[Provided records]

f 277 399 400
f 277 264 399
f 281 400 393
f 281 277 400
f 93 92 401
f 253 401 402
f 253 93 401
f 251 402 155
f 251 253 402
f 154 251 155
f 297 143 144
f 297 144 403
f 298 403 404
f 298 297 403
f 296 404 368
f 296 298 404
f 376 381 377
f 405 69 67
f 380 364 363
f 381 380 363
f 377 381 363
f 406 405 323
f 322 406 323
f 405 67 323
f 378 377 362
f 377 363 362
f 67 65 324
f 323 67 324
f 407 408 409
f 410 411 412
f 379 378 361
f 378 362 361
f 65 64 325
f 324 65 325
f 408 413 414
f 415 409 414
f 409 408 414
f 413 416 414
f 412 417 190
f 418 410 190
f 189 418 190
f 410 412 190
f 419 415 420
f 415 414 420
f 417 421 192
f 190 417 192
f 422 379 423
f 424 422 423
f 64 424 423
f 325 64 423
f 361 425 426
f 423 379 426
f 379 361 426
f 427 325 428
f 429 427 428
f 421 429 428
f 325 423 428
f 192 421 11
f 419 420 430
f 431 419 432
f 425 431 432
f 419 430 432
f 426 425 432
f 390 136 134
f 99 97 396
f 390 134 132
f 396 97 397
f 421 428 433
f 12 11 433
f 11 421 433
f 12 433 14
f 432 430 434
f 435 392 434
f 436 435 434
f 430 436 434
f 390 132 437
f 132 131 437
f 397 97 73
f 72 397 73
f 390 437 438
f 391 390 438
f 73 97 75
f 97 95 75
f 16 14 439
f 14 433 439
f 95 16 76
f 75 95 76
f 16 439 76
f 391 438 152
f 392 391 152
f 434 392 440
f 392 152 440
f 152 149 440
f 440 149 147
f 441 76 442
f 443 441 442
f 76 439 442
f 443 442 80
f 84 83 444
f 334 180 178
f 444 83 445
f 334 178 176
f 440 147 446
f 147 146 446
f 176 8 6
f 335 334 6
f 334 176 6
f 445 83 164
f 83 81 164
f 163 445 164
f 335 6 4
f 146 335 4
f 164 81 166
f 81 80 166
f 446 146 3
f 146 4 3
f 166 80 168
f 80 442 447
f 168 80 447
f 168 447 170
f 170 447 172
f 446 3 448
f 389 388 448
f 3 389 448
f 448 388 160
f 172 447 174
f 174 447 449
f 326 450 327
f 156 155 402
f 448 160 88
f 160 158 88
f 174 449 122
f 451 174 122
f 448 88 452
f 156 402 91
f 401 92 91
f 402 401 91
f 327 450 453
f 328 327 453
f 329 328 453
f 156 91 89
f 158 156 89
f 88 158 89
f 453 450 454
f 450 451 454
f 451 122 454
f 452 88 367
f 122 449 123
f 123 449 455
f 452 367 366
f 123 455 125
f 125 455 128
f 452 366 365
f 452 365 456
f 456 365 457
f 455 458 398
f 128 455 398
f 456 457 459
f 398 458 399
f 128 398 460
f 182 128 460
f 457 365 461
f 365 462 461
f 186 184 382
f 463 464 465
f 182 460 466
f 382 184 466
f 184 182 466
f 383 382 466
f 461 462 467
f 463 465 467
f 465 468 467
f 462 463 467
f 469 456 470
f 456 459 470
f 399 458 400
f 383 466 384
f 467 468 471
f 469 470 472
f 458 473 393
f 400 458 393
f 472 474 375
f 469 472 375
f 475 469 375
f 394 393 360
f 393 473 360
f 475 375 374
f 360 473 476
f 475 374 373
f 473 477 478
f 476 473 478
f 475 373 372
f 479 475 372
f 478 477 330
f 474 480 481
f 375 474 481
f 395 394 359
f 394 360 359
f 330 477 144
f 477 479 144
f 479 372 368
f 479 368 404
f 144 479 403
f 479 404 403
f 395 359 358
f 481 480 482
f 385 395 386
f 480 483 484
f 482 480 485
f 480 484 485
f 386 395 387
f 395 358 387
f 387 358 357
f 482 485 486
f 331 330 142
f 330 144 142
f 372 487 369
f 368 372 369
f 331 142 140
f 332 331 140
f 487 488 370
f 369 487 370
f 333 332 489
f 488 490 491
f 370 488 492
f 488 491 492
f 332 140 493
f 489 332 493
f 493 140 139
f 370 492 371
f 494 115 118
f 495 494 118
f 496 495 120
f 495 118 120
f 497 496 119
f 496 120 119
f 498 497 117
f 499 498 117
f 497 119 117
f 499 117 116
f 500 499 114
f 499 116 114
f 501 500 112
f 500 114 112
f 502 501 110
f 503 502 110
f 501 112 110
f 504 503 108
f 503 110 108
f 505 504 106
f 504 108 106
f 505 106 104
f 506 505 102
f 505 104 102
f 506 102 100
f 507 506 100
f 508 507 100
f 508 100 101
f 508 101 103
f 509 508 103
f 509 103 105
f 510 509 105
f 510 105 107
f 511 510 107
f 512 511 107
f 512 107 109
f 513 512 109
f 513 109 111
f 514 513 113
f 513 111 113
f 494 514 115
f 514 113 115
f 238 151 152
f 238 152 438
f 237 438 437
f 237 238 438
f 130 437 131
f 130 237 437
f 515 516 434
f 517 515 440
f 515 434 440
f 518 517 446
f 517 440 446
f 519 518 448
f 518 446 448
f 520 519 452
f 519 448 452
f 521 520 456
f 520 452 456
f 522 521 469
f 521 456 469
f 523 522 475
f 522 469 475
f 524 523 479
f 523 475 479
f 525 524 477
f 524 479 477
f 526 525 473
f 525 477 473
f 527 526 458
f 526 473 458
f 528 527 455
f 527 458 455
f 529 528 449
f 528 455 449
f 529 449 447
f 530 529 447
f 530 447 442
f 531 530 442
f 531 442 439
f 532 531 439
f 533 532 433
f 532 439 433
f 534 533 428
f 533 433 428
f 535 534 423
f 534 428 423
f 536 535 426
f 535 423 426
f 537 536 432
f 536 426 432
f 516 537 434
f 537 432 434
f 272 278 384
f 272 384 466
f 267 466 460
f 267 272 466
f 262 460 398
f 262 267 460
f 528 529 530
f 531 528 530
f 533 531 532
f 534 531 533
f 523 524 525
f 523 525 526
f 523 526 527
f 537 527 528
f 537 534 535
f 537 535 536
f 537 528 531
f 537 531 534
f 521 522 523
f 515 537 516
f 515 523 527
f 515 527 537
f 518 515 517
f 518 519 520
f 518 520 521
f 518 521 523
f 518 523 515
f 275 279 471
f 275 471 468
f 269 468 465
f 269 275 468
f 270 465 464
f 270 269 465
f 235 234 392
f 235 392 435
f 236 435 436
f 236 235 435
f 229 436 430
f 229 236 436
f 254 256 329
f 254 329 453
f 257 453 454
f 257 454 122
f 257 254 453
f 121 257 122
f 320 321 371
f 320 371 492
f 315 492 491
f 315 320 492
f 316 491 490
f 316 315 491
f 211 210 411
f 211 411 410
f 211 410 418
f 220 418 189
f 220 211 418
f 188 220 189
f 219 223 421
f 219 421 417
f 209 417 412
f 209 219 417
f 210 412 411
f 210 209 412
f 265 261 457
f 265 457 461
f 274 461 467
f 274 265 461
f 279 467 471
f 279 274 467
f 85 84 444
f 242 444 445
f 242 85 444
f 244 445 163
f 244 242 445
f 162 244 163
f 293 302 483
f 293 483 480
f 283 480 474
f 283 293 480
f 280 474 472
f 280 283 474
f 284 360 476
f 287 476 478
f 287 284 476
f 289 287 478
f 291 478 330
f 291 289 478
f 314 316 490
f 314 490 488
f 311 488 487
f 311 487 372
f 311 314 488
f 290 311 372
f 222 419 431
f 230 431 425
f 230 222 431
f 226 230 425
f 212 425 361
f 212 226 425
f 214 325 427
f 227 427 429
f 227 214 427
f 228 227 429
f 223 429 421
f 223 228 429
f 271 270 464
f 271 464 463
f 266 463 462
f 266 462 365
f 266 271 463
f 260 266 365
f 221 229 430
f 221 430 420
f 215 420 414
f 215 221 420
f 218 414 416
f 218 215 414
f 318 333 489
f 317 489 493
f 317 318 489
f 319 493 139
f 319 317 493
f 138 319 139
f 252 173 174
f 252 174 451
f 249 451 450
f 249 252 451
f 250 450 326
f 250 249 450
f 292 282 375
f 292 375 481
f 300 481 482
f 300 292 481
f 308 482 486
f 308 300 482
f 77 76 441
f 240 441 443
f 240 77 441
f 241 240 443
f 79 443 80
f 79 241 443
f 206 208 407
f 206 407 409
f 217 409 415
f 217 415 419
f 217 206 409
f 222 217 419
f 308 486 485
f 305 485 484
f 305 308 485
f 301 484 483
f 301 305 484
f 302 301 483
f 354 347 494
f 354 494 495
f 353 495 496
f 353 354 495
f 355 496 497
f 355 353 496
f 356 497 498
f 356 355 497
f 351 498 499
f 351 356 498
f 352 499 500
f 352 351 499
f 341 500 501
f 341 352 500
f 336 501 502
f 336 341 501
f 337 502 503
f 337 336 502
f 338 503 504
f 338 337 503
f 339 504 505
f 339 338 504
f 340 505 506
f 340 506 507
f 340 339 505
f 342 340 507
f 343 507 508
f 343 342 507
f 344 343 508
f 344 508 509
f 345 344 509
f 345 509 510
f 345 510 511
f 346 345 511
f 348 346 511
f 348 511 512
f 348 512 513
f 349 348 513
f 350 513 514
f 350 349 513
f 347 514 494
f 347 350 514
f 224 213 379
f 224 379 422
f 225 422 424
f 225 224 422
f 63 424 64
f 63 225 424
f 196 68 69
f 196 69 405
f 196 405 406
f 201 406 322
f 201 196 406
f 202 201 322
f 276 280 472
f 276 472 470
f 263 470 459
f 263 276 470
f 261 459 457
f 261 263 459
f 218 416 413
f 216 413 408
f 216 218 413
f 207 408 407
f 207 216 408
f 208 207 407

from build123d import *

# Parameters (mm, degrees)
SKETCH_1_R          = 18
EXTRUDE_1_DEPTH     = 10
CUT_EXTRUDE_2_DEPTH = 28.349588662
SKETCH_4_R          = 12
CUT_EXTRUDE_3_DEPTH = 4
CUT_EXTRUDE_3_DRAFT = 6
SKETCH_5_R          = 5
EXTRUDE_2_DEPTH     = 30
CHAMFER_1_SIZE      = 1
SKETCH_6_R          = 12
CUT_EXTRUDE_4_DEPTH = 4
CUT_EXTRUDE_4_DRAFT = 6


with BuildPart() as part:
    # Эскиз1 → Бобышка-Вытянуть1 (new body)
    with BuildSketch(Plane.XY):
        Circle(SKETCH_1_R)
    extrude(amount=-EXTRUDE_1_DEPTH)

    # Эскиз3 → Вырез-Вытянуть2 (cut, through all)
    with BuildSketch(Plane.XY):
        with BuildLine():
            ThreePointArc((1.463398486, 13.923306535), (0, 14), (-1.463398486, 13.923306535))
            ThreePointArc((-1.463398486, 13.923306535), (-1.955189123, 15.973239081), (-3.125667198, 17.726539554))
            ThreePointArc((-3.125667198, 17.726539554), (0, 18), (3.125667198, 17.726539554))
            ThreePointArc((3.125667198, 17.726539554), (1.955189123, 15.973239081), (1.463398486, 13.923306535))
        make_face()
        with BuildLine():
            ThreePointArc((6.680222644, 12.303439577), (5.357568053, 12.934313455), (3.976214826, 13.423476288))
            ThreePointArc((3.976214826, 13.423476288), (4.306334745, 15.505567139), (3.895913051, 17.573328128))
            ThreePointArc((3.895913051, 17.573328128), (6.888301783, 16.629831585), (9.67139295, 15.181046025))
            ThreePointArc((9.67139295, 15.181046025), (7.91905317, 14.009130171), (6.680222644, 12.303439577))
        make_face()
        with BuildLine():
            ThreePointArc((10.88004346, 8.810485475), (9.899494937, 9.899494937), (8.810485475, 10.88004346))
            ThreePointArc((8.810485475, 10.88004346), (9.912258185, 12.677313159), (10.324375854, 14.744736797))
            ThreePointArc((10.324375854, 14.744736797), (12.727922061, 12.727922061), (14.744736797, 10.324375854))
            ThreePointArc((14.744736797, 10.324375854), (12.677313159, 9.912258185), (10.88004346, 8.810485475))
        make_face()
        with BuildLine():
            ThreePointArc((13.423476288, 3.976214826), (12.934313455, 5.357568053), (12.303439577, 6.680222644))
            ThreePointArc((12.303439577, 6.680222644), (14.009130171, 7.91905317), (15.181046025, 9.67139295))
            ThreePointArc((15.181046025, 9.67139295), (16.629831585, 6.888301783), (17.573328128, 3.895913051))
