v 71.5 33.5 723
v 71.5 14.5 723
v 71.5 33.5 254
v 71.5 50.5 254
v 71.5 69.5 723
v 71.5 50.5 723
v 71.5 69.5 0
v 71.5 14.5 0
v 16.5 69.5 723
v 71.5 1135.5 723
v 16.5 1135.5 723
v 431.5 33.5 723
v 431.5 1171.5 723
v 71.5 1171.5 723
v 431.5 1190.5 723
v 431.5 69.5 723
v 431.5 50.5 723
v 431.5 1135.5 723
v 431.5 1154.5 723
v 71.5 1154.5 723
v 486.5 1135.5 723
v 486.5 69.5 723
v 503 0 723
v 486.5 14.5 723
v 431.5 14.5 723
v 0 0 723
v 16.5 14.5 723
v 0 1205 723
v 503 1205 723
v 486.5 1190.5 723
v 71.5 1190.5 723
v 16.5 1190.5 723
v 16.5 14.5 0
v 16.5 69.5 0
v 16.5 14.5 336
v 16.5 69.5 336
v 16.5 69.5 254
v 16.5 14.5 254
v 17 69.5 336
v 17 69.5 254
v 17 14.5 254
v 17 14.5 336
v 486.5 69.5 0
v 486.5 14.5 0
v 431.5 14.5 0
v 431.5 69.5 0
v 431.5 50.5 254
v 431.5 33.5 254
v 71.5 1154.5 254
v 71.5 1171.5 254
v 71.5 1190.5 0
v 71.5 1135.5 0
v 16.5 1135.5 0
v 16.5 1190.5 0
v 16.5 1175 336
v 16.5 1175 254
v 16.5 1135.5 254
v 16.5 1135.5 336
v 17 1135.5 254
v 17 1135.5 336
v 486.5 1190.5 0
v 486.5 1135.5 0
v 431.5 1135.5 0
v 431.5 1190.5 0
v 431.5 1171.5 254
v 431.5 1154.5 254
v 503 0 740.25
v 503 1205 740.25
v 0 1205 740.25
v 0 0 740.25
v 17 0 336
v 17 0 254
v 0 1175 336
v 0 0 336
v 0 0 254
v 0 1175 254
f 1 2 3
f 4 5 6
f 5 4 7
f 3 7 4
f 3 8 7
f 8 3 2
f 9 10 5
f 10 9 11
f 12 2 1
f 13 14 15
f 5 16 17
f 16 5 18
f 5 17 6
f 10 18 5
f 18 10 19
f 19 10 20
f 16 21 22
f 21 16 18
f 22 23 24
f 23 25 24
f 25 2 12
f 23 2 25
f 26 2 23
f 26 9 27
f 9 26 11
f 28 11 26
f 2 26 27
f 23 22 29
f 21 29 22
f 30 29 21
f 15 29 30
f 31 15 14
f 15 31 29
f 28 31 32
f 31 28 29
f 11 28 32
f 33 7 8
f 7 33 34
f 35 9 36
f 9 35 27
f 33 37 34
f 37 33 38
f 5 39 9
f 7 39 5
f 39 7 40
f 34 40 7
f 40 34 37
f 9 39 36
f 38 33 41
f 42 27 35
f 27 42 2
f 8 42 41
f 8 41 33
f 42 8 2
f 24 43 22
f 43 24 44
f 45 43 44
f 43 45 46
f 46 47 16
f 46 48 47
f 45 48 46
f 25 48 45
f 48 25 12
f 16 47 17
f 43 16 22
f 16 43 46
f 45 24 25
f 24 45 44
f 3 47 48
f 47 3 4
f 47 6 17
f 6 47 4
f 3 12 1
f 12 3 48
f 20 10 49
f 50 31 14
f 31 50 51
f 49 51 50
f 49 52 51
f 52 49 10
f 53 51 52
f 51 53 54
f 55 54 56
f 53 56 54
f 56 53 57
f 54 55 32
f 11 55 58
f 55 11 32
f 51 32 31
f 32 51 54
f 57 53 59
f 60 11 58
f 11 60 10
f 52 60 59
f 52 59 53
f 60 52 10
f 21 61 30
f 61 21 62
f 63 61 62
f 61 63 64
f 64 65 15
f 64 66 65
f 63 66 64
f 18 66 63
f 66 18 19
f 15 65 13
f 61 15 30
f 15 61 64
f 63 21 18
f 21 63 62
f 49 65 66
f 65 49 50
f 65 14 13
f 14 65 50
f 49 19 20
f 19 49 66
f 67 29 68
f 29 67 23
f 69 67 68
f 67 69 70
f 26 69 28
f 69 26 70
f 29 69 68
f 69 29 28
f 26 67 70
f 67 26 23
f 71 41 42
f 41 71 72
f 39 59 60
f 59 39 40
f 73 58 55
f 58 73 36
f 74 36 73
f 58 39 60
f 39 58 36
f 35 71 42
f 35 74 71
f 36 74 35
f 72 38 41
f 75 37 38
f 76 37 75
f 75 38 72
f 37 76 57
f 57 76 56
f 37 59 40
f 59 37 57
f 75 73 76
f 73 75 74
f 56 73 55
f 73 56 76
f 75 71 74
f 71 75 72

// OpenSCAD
// file: ../wiki-yoinks/prism.scad
module prism(l, w, h) {
    // from wiki
    // https://en.wikibooks.org/wiki/OpenSCAD_User_Manual/Primitive_Solids#polyhedron
    polyhedron(points =
                   [
                       [ 0, 0, 0 ], [ l, 0, 0 ], [ l, w, 0 ], [ 0, w, 0 ],
                       [ 0, w, h ], [ l, w, h ]
                   ],
               faces = [
                   [ 0, 1, 2, 3 ], [ 5, 4, 3, 2 ], [ 0, 4, 5, 1 ], [ 0, 3, 4 ],
                   [ 5, 2, 1 ]
               ]);
}
// file: ../shapes/oval-tube.scad
module OvalTube(height, radius, eccentricity){
    linear_extrude(height=height){
        scale([1,eccentricity]){
            circle(r=radius);
        }
    }
}
// main file
use <../shapes/oval-tube.scad>
use <../wiki-yoinks/prism.scad> //prism(l, w, h)


deskPlankThickness = 55-38;
deskPlankEmptySpace = 254;
backPlankHeight = 82;

deskLegWidth = 55;
deskLegDistanceSide = 14.5;

deskWidth = 503;
deskBaseWidth=470;
deskTopThickness = 17.25;
deskHeight = 778;
deskLength = 1205;

deskLegHeight = deskHeight-deskLegWidth;
deskPlankHeight = deskLegHeight-deskPlankEmptySpace;
backPlankLength = deskLength-deskLegDistanceSide*2-1;
deskLegDistanceFront = (deskWidth-deskBaseWidth)/2;


module Desk(){
    module Top(){
        color([249/255, 228/255, 183/255]) {

        cube([deskWidth, deskLength,  deskTopThickness]);
    }

    }
    module Leg(){
        color([15/255, 15/255, 128/255]) {
            cube([deskLegWidth, deskLegWidth, deskLegHeight]);
            
        }
    }
    module PlankThing(){
        color([15/255, 15/255, 75/255]) {
            cube([ deskBaseWidth-1, deskPlankThickness, deskPlankHeight]);
        }
    }
    module BackPlank(){
        color([15/255, 15/255, 75/255]) {
            cube([deskPlankThickness, backPlankLength, backPlankHeight]);
        }
    }

        
    translate([0,0,deskLegHeight]){
        Top();
    }
    translate([0,0,deskPlankEmptySpace]){
        BackPlank();
    }
        
    translate([deskLegDistanceFront, deskLegDistanceSide, 0]) {
        Leg();
        translate([deskWidth-deskLegDistanceFront*2-deskLegWidth, 0, 0]) {
            Leg();
        }
        translate([0.5,deskLegWidth/2-deskPlankThickness/2,deskPlankEmptySpace]){       
             PlankThing();
        }

    }
    translate([deskLegDistanceFront, deskLength-deskLegDistanceSide-deskLegWidth, 0]) {
        Leg();
        translate([deskWidth-deskLegDistanceFront*2-deskLegWidth, 0, 0]) {
            Leg();
        }
        translate([0.5,deskLegWidth/2-deskPlankThickness/2,deskPlankEmptySpace]){       
             PlankThing();
        }
    }
}




Desk();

[/Provided records]

Problem to solve
Take exactly the lines from the one containing "f 222 419 431" through the one containing "f 250 450 326" in the data above, and output them with nothing added.

Written solution
f 222 419 431
f 230 431 425
f 230 222 431
f 226 230 425
f 212 425 361
f 212 226 425
f 214 325 427
f 227 427 429
f 227 214 427
f 228 227 429
f 223 429 421
f 223 228 429
f 271 270 464
f 271 464 463
f 266 463 462
f 266 462 365
f 266 271 463
f 260 266 365
f 221 229 430
f 221 430 420
f 215 420 414
f 215 221 420
f 218 414 416
f 218 215 414
f 318 333 489
f 317 489 493
f 317 318 489
f 319 493 139
f 319 317 493
f 138 319 139
f 252 173 174
f 252 174 451
f 249 451 450
f 249 252 451
f 250 450 326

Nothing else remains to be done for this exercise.